[Records excerpted from a collection]
Start of Block
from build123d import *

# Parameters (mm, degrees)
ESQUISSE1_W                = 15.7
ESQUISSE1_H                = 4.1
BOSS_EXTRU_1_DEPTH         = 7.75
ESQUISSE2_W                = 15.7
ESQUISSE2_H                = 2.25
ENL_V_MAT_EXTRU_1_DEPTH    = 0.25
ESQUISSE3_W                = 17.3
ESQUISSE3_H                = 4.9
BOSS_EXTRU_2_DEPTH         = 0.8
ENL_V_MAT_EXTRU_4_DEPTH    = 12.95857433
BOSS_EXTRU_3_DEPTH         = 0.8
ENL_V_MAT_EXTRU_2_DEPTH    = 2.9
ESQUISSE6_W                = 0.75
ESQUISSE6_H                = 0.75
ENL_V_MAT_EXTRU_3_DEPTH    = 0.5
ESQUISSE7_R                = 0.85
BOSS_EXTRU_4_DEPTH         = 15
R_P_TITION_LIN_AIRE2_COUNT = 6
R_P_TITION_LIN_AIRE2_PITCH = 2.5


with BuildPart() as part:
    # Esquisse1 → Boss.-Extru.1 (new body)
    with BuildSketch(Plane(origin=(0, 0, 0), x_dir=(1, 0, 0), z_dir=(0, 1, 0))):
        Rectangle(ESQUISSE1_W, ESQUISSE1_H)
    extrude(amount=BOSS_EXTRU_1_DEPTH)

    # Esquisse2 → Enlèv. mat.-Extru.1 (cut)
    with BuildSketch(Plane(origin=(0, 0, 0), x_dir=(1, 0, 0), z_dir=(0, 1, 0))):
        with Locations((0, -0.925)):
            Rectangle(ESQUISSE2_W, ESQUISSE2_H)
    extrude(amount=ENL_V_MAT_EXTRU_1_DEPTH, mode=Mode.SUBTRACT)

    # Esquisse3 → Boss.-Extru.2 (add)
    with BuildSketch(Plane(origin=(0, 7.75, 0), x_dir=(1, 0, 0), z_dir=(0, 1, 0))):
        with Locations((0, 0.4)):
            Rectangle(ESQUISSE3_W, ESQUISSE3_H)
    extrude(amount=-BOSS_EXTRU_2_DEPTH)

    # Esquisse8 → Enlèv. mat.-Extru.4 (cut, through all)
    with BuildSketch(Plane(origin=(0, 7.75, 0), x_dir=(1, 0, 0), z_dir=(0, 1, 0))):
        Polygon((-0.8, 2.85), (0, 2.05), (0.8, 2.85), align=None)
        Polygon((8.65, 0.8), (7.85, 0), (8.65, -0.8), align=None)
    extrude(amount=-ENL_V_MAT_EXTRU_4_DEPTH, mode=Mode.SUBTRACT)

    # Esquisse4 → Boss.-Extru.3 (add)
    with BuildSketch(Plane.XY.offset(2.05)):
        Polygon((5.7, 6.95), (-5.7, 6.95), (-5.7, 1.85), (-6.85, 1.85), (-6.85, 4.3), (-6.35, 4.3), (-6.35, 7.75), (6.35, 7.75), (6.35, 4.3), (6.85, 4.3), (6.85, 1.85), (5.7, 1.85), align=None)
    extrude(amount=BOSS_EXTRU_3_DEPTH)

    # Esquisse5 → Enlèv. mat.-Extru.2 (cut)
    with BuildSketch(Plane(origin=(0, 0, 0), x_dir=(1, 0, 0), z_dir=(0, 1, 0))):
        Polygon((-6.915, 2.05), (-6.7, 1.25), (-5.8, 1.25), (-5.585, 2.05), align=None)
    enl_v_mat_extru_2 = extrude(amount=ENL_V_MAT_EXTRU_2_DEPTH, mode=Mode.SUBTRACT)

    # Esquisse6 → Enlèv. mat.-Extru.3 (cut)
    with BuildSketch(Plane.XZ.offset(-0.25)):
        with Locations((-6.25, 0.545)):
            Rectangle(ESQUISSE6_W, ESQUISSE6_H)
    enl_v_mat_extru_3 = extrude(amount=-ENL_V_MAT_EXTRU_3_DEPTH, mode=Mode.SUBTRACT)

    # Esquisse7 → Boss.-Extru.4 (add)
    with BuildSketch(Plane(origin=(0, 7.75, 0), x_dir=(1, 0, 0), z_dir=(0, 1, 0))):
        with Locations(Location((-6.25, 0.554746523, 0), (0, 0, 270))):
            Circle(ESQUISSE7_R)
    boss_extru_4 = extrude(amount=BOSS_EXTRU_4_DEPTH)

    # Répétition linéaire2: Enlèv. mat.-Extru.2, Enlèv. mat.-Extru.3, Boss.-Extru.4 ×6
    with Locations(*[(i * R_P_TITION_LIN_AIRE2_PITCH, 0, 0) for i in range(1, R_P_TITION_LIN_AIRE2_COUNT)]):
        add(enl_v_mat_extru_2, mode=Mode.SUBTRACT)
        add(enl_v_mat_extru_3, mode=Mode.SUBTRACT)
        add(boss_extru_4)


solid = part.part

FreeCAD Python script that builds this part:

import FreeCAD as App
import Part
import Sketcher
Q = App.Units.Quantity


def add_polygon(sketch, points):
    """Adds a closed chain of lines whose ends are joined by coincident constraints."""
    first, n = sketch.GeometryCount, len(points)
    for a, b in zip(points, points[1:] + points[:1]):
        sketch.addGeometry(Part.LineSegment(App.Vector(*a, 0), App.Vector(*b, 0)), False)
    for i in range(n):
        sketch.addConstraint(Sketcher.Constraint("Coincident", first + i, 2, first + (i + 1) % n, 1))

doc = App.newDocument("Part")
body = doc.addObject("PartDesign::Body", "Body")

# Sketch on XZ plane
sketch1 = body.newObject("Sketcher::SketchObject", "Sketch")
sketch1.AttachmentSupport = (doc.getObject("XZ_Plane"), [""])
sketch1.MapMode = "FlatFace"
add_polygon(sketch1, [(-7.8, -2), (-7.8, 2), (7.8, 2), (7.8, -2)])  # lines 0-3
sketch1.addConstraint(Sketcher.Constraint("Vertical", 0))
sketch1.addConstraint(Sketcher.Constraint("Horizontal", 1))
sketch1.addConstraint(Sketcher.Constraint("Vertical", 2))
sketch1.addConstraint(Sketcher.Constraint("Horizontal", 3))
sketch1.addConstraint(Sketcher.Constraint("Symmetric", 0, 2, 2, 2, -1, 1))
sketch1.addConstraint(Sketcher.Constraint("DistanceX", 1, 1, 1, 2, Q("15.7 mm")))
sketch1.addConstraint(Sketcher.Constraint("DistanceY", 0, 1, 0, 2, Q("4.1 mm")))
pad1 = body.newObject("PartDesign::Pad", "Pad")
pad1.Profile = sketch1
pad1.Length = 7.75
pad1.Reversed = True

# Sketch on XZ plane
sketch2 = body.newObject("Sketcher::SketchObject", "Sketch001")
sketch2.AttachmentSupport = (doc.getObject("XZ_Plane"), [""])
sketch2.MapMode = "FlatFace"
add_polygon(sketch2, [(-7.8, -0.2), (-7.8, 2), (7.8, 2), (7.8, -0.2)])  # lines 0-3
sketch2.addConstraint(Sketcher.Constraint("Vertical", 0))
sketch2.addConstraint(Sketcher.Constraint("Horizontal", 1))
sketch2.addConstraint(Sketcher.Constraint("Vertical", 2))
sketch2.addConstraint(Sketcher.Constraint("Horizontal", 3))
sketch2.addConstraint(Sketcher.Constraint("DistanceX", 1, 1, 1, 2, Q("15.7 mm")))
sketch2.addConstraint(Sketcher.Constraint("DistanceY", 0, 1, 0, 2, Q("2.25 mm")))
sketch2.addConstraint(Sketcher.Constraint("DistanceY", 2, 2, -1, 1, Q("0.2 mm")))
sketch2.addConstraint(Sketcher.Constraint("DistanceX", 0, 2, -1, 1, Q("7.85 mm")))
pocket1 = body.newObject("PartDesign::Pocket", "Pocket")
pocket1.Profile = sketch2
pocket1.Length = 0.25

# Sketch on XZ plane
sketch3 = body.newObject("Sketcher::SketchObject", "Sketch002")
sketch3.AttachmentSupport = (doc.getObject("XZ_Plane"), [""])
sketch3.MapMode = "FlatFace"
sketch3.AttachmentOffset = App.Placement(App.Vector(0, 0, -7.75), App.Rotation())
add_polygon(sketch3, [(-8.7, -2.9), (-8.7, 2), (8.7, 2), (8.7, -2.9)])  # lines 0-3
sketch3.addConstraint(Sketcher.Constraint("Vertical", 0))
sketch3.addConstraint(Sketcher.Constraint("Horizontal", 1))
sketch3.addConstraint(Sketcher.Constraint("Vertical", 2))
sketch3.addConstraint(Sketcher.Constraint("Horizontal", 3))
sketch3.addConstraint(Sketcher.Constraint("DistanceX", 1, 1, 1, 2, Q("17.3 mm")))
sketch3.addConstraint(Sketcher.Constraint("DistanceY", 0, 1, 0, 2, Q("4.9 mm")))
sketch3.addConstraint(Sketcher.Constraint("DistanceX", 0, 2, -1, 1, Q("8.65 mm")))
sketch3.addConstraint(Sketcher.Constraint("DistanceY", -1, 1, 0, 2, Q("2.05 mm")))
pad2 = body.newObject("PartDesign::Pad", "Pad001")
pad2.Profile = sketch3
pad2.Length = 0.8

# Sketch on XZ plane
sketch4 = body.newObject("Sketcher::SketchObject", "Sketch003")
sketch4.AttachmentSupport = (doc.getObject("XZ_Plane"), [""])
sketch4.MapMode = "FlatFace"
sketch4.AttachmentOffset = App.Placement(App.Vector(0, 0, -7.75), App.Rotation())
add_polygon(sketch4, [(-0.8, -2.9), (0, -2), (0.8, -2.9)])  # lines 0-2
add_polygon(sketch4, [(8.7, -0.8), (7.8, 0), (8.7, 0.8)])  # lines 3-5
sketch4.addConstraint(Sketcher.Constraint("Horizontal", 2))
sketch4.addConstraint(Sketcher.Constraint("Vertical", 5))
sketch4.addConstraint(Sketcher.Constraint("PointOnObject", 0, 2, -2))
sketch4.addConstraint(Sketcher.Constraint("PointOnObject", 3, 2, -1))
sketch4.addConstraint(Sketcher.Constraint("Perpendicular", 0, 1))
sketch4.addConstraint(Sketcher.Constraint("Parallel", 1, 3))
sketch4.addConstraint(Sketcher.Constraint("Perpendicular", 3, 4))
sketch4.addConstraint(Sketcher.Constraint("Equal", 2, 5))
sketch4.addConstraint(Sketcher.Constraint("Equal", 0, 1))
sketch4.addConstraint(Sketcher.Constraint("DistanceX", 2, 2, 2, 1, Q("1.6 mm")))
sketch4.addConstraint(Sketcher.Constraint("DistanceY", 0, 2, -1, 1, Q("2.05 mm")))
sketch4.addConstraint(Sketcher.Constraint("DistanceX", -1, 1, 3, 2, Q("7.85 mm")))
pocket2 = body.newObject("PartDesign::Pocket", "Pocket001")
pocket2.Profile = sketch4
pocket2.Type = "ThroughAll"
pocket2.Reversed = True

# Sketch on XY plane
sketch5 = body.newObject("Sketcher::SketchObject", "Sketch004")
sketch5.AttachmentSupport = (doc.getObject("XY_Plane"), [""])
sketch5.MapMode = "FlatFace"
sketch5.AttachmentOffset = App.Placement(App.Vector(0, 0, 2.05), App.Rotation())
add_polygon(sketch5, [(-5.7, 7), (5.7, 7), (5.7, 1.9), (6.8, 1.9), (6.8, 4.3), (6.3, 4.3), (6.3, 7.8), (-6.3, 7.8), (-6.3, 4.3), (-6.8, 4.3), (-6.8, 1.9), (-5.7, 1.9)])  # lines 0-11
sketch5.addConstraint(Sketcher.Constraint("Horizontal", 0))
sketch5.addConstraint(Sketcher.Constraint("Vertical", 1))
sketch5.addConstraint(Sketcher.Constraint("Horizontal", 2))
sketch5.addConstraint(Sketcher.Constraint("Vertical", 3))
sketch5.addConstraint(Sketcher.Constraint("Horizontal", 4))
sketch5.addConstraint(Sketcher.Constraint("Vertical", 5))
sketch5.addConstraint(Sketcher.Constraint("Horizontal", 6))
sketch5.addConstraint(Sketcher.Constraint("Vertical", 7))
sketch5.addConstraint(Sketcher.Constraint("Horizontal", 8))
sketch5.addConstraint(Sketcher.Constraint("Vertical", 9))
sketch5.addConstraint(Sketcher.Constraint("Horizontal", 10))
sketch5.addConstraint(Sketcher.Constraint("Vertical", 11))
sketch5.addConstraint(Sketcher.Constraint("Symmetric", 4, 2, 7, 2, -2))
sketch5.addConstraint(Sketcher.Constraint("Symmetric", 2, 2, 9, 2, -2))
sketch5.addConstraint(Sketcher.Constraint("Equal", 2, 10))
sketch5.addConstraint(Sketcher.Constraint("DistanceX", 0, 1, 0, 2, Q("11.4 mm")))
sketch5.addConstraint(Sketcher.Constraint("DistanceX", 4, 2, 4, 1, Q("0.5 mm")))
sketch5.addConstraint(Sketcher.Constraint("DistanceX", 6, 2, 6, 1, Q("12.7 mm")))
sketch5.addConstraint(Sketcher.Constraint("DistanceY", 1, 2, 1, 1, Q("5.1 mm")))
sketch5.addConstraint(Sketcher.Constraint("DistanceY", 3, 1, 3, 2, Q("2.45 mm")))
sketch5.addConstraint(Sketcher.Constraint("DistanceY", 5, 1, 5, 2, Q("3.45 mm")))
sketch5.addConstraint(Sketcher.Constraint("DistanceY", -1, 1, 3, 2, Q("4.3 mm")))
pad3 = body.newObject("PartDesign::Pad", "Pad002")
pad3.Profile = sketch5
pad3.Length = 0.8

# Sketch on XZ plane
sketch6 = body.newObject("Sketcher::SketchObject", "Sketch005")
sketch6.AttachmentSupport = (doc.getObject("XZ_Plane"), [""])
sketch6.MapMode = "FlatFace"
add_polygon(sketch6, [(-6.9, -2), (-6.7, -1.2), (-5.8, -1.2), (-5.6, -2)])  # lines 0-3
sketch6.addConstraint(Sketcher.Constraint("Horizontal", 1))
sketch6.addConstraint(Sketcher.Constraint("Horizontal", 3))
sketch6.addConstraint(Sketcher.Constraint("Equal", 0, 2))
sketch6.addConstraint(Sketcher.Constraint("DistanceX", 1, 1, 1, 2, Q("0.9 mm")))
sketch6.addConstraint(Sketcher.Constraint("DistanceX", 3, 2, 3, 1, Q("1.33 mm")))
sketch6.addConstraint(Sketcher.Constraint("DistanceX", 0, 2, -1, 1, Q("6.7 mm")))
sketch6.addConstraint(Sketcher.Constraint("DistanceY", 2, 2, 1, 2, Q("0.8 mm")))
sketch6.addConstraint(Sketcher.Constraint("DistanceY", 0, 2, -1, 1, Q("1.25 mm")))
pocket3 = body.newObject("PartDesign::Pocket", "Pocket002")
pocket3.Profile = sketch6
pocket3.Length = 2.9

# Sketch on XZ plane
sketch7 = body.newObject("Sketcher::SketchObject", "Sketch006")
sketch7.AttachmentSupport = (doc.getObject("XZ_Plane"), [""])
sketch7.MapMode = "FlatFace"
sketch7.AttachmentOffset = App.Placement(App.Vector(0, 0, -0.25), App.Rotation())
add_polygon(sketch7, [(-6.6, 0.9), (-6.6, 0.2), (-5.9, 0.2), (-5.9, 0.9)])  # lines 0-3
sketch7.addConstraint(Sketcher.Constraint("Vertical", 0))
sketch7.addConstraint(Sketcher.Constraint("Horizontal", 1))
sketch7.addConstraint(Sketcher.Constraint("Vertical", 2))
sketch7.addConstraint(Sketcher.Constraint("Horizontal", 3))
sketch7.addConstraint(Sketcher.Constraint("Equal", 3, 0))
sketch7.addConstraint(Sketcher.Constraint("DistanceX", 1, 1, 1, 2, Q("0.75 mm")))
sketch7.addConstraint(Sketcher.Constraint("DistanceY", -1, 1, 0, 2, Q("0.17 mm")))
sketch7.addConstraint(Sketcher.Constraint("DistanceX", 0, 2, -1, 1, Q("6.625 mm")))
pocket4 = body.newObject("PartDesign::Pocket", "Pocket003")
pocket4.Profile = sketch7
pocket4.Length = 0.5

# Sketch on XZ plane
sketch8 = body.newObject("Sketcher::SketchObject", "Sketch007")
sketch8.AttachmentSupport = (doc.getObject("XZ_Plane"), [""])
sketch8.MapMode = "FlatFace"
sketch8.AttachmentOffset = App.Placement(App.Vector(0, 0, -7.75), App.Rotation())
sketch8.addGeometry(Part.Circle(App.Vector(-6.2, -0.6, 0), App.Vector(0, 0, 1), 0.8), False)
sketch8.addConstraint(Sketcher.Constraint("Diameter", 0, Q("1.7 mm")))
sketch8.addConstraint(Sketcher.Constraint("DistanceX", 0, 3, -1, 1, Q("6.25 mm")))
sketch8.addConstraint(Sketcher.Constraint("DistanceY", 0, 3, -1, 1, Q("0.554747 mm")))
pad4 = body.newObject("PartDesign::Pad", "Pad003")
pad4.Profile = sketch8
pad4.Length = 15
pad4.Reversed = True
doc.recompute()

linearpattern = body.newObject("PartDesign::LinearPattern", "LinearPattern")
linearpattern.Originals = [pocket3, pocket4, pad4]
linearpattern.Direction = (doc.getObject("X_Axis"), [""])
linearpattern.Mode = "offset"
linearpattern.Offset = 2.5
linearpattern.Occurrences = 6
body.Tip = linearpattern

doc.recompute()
End of Block
→ About this exercise
Copy every line above in which the string "Rectangle" shows up.

→ Finished task
        Rectangle(ESQUISSE1_W, ESQUISSE1_H)
            Rectangle(ESQUISSE2_W, ESQUISSE2_H)
            Rectangle(ESQUISSE3_W, ESQUISSE3_H)
            Rectangle(ESQUISSE6_W, ESQUISSE6_H)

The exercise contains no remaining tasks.